Photo from the YouTube video:

  1. The “Source” generates tasks that need to be processed concurrently.
  2. The “Task Queue” acts as a buffer, holding the tasks before they are picked up by worker goroutines.
  3. The “Worker Goroutines” pick tasks from the queue, process them independently, and put results (if any) in the “Result Queue.”
  4. The “Result Queue” holds the processed results from the worker goroutines.
  5. The Fan-Out pattern involves distributing tasks from the source to multiple worker goroutines for parallel processing.

NOTE: Keep in mind that the number of workers goroutines and the concurrency level can be adjusted based on your application’s requirements and available resources. The Fan-Out pattern allows you to efficiently utilize available CPU cores for parallel task processing.

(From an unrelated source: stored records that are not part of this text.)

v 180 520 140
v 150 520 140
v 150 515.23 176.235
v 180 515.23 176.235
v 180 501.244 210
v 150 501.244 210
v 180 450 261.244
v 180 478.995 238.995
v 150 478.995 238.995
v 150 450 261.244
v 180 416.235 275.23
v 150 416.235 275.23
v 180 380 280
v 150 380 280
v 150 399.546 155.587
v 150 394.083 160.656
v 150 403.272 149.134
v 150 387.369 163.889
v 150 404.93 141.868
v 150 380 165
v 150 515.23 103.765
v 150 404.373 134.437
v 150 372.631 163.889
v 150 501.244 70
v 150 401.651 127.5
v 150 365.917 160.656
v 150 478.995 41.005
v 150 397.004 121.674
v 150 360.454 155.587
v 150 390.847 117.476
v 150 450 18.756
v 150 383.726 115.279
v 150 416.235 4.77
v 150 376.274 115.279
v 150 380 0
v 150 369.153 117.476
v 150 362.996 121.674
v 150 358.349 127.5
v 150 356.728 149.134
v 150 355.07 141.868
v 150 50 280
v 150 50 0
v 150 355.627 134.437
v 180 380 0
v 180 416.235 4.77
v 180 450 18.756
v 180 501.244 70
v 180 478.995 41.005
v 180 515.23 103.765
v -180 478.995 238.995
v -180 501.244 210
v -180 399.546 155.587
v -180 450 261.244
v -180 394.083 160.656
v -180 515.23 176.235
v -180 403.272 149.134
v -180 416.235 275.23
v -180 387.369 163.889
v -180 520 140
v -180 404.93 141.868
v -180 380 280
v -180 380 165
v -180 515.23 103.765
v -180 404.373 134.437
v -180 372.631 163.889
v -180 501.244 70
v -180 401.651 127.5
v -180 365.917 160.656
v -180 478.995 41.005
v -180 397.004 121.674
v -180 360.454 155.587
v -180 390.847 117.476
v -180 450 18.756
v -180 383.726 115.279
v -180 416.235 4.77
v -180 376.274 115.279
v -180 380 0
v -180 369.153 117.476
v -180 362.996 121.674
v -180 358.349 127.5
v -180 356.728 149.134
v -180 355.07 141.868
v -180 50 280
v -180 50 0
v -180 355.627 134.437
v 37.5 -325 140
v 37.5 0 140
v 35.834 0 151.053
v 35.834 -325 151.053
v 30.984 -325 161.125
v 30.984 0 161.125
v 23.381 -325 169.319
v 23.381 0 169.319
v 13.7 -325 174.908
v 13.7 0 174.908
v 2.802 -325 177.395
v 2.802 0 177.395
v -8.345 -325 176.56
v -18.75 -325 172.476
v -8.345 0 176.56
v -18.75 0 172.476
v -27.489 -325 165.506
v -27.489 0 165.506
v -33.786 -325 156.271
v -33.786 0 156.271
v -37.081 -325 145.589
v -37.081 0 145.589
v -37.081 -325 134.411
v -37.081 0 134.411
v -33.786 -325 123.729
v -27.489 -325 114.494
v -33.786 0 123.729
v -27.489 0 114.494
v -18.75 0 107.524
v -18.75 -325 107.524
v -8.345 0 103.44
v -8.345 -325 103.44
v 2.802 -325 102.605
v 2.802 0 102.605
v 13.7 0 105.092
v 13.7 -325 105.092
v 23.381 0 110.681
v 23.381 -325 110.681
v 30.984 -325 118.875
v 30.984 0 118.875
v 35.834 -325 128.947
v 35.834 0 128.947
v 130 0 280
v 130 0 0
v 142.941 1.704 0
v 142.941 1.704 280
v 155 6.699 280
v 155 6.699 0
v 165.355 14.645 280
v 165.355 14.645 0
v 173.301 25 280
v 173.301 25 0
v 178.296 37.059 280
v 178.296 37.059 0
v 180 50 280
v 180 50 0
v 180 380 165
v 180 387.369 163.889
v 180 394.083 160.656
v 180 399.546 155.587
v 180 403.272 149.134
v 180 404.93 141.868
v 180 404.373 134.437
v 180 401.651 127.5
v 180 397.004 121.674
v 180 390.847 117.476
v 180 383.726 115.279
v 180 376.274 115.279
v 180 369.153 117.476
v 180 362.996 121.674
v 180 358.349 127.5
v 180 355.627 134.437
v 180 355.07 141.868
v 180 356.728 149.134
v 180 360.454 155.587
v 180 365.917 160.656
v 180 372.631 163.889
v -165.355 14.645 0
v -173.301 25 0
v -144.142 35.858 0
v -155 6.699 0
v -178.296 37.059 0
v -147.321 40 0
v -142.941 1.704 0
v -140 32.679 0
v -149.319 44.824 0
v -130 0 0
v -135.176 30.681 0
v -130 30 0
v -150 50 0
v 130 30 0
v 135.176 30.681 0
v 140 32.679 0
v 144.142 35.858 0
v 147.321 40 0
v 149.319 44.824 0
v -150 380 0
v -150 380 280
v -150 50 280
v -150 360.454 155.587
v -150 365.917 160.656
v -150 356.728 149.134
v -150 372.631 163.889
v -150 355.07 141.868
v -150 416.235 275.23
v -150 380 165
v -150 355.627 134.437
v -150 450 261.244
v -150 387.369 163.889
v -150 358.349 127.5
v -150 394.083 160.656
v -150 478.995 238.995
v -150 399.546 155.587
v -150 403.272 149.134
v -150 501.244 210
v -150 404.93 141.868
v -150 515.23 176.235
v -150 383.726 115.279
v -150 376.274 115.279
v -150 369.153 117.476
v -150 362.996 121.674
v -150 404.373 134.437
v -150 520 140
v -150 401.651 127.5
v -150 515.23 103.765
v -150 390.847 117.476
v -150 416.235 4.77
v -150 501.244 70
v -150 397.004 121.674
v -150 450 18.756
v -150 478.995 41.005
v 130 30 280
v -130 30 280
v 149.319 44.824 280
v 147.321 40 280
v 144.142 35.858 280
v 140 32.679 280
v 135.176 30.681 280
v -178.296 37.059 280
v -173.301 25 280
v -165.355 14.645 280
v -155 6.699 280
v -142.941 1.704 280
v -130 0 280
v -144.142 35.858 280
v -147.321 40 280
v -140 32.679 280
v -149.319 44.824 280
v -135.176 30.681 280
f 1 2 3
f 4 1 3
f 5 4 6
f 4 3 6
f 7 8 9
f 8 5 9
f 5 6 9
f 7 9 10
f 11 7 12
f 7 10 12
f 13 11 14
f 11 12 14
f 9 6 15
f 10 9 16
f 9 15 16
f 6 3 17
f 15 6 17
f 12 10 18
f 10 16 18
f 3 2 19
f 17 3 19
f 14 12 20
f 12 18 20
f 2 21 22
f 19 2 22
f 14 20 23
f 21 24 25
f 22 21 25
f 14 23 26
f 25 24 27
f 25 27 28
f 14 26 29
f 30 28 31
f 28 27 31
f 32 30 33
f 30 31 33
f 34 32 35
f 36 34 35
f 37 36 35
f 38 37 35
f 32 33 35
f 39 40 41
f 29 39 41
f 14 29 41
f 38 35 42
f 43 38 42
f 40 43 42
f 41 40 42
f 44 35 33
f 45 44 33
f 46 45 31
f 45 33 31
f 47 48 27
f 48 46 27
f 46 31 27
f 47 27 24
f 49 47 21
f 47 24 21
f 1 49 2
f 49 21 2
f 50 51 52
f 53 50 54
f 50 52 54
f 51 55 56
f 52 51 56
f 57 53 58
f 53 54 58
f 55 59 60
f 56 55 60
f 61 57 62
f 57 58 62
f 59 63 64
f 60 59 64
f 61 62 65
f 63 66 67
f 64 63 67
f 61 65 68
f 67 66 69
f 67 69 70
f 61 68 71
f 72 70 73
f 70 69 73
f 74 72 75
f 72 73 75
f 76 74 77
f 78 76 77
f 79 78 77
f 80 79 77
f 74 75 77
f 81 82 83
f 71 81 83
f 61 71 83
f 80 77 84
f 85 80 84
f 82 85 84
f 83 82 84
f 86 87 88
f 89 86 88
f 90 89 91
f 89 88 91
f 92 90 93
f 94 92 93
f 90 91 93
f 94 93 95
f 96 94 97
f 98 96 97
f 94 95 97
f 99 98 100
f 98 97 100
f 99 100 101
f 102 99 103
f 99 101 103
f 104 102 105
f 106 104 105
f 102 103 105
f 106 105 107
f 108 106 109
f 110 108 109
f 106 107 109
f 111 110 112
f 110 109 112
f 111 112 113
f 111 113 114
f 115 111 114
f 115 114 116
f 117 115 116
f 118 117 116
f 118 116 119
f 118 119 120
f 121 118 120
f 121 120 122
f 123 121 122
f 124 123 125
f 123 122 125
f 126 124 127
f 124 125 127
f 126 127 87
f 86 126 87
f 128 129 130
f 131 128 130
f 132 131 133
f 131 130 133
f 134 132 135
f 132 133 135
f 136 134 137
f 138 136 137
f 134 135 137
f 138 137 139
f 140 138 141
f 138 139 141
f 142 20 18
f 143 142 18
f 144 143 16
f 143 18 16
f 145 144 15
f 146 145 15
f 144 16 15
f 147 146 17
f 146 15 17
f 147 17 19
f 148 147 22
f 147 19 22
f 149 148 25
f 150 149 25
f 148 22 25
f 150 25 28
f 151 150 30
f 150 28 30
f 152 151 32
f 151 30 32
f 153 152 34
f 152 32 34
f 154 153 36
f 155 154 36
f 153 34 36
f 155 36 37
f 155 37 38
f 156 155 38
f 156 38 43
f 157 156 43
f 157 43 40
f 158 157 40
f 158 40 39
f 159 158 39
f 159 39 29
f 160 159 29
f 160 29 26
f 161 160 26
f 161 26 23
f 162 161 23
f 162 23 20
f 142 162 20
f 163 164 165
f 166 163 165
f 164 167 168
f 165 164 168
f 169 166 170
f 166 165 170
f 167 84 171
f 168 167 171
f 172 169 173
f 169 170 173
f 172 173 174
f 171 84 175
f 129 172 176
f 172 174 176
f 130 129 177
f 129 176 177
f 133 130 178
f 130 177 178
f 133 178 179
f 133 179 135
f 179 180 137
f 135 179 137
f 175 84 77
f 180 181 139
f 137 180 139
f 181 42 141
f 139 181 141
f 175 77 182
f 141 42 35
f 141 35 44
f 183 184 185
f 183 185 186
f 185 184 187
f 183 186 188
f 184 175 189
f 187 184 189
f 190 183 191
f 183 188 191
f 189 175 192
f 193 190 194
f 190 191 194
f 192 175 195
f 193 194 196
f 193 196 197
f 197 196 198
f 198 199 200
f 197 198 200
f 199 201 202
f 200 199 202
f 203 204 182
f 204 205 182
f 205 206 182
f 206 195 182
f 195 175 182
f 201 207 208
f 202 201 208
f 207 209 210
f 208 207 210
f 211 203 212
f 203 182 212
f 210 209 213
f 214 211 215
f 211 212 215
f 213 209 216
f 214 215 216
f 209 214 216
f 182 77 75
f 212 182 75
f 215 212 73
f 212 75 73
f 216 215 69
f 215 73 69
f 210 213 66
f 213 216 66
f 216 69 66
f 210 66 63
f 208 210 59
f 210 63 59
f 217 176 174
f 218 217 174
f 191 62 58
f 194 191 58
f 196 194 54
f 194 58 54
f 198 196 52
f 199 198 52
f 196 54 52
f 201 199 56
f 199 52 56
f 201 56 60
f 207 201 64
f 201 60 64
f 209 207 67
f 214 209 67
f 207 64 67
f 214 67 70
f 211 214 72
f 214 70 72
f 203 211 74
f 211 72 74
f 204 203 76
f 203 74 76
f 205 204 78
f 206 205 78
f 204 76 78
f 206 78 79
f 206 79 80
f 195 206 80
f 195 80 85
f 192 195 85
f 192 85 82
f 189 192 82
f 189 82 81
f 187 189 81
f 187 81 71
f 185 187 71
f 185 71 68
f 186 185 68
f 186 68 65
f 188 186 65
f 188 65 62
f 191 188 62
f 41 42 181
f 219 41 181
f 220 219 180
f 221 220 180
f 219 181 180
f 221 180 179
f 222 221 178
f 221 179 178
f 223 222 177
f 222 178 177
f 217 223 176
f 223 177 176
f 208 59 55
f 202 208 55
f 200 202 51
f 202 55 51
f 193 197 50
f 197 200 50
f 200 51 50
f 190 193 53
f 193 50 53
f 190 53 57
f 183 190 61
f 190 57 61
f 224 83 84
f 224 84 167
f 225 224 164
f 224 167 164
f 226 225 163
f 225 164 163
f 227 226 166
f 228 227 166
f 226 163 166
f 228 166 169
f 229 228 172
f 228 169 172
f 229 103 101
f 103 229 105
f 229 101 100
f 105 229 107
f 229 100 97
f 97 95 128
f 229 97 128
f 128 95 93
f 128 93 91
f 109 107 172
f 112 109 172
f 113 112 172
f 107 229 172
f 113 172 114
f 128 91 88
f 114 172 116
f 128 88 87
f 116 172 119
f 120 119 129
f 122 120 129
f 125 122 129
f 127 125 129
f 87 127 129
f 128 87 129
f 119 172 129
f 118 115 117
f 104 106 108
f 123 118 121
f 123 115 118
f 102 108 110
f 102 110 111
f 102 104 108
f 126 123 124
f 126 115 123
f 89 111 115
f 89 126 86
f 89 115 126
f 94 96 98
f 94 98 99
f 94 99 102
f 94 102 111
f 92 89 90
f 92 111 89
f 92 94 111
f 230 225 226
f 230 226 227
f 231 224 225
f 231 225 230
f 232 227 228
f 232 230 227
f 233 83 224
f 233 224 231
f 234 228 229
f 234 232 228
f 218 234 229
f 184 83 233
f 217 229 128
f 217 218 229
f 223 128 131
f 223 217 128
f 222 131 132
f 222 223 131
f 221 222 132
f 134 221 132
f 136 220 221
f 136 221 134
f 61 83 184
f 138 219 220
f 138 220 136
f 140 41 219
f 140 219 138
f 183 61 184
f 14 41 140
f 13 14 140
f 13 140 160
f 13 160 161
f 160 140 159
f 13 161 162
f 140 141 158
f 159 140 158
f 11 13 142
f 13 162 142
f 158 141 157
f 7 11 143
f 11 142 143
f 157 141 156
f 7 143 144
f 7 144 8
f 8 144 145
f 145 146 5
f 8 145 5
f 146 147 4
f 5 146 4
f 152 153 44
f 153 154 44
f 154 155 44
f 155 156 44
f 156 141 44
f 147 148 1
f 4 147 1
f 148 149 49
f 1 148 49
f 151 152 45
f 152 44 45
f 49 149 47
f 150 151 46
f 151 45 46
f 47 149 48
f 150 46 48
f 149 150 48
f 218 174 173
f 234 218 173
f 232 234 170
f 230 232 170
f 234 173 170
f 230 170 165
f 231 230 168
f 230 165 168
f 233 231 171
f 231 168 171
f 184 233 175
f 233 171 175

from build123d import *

# Parameters (mm, degrees)
BOSS_EXTRUDE1_DEPTH     = 280
SKETCH2_R               = 25
CUT_EXTRUDE3_DEPTH      = 1
CUT_EXTRUDE3_DEPTH_BACK = 399
SKETCH4_R               = 37.5
BOSS_EXTRUDE2_DEPTH     = 325


with BuildPart() as part:
    # Sketch1 → Boss-Extrude1 (new body)
    with BuildSketch(Plane.XY):
        with BuildLine():
            Line((-130, 0), (130, 0))
            ThreePointArc((130, 0), (165.355339059, 14.644660941), (180, 50))
            Line((180, 50), (180, 520))
            Line((180, 520), (150, 520))
            Line((150, 520), (150, 50))
            ThreePointArc((150, 50), (144.142135624, 35.857864376), (130, 30))
            Line((130, 30), (-130, 30))
            ThreePointArc((-130, 30), (-144.142135624, 35.857864376), (-150, 50))
            Line((-150, 50), (-150, 520))
            Line((-150, 520), (-180, 520))
            Line((-180, 520), (-180, 50))
            ThreePointArc((-180, 50), (-165.355339059, 14.644660941), (-130, 0))
        make_face()
    extrude(amount=BOSS_EXTRUDE1_DEPTH)

    # Sketch2 → Cut-Extrude3 (cut, two sides)
    with BuildSketch(Plane.ZY.offset(180)) as cut_extrude3_sk:
        with BuildLine():
            Line((280, 520), (140, 520))
            ThreePointArc((140, 520), (238.994949366, 478.994949366), (280, 380))
            Line((280, 380), (280, 520))
        make_face()
        with BuildLine():
            Line((0, 520), (0, 380))
            ThreePointArc((0, 380), (41.005050634, 478.994949366), (140, 520))
            Line((140, 520), (0, 520))
        make_face()
        with Locations((140, 380)):
            Circle(SKETCH2_R)
    extrude(amount=CUT_EXTRUDE3_DEPTH, mode=Mode.SUBTRACT)
    extrude(cut_extrude3_sk.sketch, amount=-CUT_EXTRUDE3_DEPTH_BACK, mode=Mode.SUBTRACT)

    # Sketch4 → Boss-Extrude2 (add)
    with BuildSketch(Plane.XZ):
        with Locations((0, 140)):
            Circle(SKETCH4_R)
    extrude(amount=BOSS_EXTRUDE2_DEPTH)


solid = part.part
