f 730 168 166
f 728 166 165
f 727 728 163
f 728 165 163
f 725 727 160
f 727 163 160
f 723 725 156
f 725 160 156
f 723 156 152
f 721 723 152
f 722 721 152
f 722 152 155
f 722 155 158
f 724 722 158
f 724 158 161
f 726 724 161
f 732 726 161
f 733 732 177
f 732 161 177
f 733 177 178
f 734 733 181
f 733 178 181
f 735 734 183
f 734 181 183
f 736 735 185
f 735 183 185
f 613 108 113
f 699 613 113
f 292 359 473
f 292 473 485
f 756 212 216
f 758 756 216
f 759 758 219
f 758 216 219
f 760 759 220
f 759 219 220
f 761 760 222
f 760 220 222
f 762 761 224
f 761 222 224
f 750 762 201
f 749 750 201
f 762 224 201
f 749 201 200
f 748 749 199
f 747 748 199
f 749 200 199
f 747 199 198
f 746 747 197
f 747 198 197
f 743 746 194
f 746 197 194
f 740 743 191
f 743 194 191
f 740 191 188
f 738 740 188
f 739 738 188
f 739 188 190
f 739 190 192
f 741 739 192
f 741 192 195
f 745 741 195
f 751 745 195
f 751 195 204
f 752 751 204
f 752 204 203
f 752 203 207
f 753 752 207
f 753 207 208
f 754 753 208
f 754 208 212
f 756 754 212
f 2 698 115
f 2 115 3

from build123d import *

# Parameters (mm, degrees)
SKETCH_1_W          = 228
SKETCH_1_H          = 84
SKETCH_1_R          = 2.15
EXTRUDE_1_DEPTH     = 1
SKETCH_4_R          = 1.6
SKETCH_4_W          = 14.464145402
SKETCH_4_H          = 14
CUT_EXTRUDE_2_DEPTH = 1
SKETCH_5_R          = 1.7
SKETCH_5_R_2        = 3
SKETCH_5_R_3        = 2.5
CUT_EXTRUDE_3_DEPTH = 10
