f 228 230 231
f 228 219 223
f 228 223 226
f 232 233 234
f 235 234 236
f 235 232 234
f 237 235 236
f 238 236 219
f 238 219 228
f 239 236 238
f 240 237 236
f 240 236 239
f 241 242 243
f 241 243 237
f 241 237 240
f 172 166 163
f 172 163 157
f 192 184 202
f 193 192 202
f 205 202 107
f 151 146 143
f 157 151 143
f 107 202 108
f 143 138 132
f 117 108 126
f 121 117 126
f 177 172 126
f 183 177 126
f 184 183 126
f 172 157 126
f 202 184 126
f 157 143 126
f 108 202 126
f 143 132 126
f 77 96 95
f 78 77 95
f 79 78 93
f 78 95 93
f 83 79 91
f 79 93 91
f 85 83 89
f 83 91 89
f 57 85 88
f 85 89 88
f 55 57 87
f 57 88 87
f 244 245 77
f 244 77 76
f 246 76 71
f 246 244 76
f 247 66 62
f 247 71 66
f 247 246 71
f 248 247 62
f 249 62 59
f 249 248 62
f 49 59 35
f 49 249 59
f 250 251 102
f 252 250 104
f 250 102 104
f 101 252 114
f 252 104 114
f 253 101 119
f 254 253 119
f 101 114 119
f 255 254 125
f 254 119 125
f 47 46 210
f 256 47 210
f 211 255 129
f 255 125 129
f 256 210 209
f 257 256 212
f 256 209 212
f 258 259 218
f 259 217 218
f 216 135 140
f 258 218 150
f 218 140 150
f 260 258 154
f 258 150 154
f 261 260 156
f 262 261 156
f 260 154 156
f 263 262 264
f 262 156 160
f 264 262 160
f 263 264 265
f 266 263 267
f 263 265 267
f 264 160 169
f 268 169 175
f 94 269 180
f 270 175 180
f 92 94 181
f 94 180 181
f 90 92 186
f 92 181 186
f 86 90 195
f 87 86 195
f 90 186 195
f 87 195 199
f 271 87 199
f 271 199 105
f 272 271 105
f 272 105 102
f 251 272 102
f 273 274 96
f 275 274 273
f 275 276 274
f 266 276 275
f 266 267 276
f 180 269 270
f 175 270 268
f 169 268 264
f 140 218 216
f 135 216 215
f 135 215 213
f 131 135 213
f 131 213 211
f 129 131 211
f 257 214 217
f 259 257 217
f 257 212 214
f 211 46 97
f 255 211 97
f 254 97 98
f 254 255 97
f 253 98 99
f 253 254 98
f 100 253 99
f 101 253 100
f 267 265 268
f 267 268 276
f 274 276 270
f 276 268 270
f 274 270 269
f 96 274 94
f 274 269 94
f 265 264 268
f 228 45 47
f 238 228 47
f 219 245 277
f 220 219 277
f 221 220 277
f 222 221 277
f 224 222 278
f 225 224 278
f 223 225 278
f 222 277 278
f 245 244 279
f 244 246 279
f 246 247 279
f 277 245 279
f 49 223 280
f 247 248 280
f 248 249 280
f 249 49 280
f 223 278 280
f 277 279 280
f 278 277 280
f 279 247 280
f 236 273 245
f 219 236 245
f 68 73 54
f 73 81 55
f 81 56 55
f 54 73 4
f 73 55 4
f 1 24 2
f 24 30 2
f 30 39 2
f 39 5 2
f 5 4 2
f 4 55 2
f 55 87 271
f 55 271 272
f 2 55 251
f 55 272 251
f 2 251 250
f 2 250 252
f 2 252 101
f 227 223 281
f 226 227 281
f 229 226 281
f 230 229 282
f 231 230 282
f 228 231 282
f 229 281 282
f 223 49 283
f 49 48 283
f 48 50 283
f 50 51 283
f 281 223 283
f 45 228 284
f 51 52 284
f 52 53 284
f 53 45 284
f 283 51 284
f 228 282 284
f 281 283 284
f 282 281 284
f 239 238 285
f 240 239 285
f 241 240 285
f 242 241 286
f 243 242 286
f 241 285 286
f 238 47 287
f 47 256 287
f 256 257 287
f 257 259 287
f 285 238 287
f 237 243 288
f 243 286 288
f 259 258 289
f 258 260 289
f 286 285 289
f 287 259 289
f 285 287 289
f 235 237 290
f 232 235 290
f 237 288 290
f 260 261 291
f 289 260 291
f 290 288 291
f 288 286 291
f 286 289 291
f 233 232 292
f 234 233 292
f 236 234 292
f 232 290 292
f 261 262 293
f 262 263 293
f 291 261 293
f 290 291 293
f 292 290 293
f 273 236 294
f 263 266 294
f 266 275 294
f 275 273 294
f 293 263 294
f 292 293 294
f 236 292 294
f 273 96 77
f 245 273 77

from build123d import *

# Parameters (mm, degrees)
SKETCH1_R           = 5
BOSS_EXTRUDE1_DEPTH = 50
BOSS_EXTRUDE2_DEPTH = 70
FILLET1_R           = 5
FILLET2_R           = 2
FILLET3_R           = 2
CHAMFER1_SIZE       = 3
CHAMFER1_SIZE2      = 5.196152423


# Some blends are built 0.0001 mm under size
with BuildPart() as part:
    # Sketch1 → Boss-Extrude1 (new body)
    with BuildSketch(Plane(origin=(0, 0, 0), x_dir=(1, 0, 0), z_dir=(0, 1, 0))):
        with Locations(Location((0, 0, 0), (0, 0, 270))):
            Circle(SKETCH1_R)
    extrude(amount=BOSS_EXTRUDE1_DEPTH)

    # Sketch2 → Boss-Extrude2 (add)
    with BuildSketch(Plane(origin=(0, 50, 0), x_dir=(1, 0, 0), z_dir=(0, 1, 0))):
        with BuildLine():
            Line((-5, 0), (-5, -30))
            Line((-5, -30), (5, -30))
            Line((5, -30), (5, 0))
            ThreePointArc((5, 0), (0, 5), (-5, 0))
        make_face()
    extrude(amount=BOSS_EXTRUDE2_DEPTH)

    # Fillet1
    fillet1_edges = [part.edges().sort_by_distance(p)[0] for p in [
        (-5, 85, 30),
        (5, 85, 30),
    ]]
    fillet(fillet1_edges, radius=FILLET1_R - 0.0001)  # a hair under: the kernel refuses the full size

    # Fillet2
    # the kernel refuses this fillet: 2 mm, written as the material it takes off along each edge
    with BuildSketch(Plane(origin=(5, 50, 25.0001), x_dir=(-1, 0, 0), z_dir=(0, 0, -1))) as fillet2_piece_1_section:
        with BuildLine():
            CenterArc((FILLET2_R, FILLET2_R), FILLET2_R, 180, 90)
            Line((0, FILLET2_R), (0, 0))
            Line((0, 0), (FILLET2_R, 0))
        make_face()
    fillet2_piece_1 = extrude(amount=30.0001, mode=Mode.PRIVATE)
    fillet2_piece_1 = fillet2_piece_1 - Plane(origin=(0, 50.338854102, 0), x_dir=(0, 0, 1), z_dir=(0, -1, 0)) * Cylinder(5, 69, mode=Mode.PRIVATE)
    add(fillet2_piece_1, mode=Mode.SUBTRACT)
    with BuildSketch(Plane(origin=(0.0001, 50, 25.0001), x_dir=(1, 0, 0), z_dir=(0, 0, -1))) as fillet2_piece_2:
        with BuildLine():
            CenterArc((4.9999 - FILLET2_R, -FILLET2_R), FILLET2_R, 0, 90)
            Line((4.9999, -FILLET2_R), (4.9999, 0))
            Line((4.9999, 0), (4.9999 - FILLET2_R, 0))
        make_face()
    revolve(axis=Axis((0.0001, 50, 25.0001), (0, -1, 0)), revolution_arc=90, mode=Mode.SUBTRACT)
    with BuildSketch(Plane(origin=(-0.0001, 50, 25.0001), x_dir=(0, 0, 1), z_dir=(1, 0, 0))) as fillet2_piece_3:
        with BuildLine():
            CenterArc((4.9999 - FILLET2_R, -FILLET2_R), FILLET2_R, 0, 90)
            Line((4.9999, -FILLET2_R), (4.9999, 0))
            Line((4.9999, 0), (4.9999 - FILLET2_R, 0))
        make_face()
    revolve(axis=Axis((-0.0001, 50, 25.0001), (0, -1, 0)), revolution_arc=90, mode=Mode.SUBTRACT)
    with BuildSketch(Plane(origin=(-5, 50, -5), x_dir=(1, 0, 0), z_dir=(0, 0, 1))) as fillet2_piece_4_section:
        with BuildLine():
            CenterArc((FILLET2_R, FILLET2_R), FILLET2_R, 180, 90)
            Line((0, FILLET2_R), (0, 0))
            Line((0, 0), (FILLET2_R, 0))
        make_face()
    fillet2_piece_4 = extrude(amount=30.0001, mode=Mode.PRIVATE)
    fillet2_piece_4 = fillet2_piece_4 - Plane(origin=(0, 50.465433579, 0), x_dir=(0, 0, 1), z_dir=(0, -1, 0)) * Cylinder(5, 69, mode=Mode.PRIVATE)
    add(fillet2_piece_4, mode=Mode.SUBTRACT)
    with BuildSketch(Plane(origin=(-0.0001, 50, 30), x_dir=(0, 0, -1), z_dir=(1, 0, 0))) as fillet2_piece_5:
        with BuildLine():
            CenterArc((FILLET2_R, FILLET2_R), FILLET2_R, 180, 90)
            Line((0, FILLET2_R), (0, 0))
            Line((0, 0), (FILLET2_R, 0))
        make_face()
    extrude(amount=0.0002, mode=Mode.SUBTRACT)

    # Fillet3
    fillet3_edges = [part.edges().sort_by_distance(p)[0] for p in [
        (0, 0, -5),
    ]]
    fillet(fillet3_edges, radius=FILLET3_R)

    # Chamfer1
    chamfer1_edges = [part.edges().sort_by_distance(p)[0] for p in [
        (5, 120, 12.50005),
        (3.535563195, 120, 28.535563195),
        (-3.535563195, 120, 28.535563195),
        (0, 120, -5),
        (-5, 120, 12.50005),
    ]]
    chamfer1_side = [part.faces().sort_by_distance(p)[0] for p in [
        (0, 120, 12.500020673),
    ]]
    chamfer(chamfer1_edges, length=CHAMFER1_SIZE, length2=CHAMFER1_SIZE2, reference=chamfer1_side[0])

Working Code as Per the Diagram: (Explained in the CodePiper YouTube Channel)

package main

import (
"fmt"
"sync"
"time"
)

func source(tasks chan<- int, numTasks int) {
for i := 1; i <= numTasks; i++ {
tasks <- i
}
close(tasks)
}

func worker(id int, taskQueue <-chan int, results chan<- int, wg *sync.WaitGroup) {
defer wg.Done()
for task := range taskQueue {
// Simulating task processing
fmt.Printf("Worker %d processing task %d\n", id, task)
time.Sleep(time.Millisecond * time.Duration(task))
results <- task * 2 // task 1 * 2 | task 2 * 2
}
}

func main() {
const numWorkers = 3
const numTasks = 10

taskQueue := make(chan int, numTasks)
resultQueue := make(chan int, numTasks)
var wg sync.WaitGroup

// Start the source goroutine to generate tasks
go source(taskQueue, numTasks)

// Create worker goroutines
for i := 1; i <= numWorkers; i++ {
wg.Add(1)
go worker(i, taskQueue, resultQueue, &wg)
}

// Wait for all workers to finish
go func() {
wg.Wait()
close(resultQueue)
}()

// Process results from the result queue
for result := range resultQueue {
fmt.Printf("Result received: %d\n", result)
}

fmt.Println("All tasks completed.")
}

Use Case of Fan-Out Design Pattern:

  1. Data Processing Pipelines: In data processing scenarios, such as ETL (Extract, Transform, Load) pipelines, you can use the Fan-Out pattern to distribute data processing tasks across multiple workers. This is useful for transforming and enriching data before loading it into a database or data warehouse.
  2. Web Scraping: When scraping data from multiple websites concurrently, each worker can handle the scraping of a specific website. This allows you to efficiently retrieve data from multiple sources in parallel.
  3. Load Balancing: In server applications, you can use the Fan-Out pattern to distribute incoming client requests to a pool of worker goroutines. This enables efficient load balancing and ensures that the workload is evenly distributed.
  4. Real-Time Data Processing: In applications that require real-time data processing, such as monitoring systems or event-driven architectures, the Fan-Out pattern can be employed to process incoming events or messages concurrently.
  5. Parallel File Processing: When dealing with large files or a batch of files, you can use the Fan-Out pattern to concurrently process different segments of the files, enabling faster file processing.
  6. Image or Video Processing: In multimedia applications, the Fan-Out pattern can be used to parallelize the processing of images or frames in videos, resulting in quicker analysis, transformation, or editing.
  7. Distributed Search: When performing distributed search or indexing operations, you can distribute search queries to multiple worker goroutines to simultaneously search through different data partitions or indices.
  8. Scalable Networking: In network-related tasks, like handling incoming network connections, the Fan-Out pattern can be used to process each connection concurrently, enabling efficient use of resources.
  9. Distributed Computing: In distributed systems, tasks can be distributed across worker nodes to leverage the computational power of multiple machines.
  10. Parallel Algorithm Execution: The Fan-Out pattern can be applied to parallelize the execution of certain algorithms, such as sorting or data aggregation, by distributing subtasks to different worker goroutines.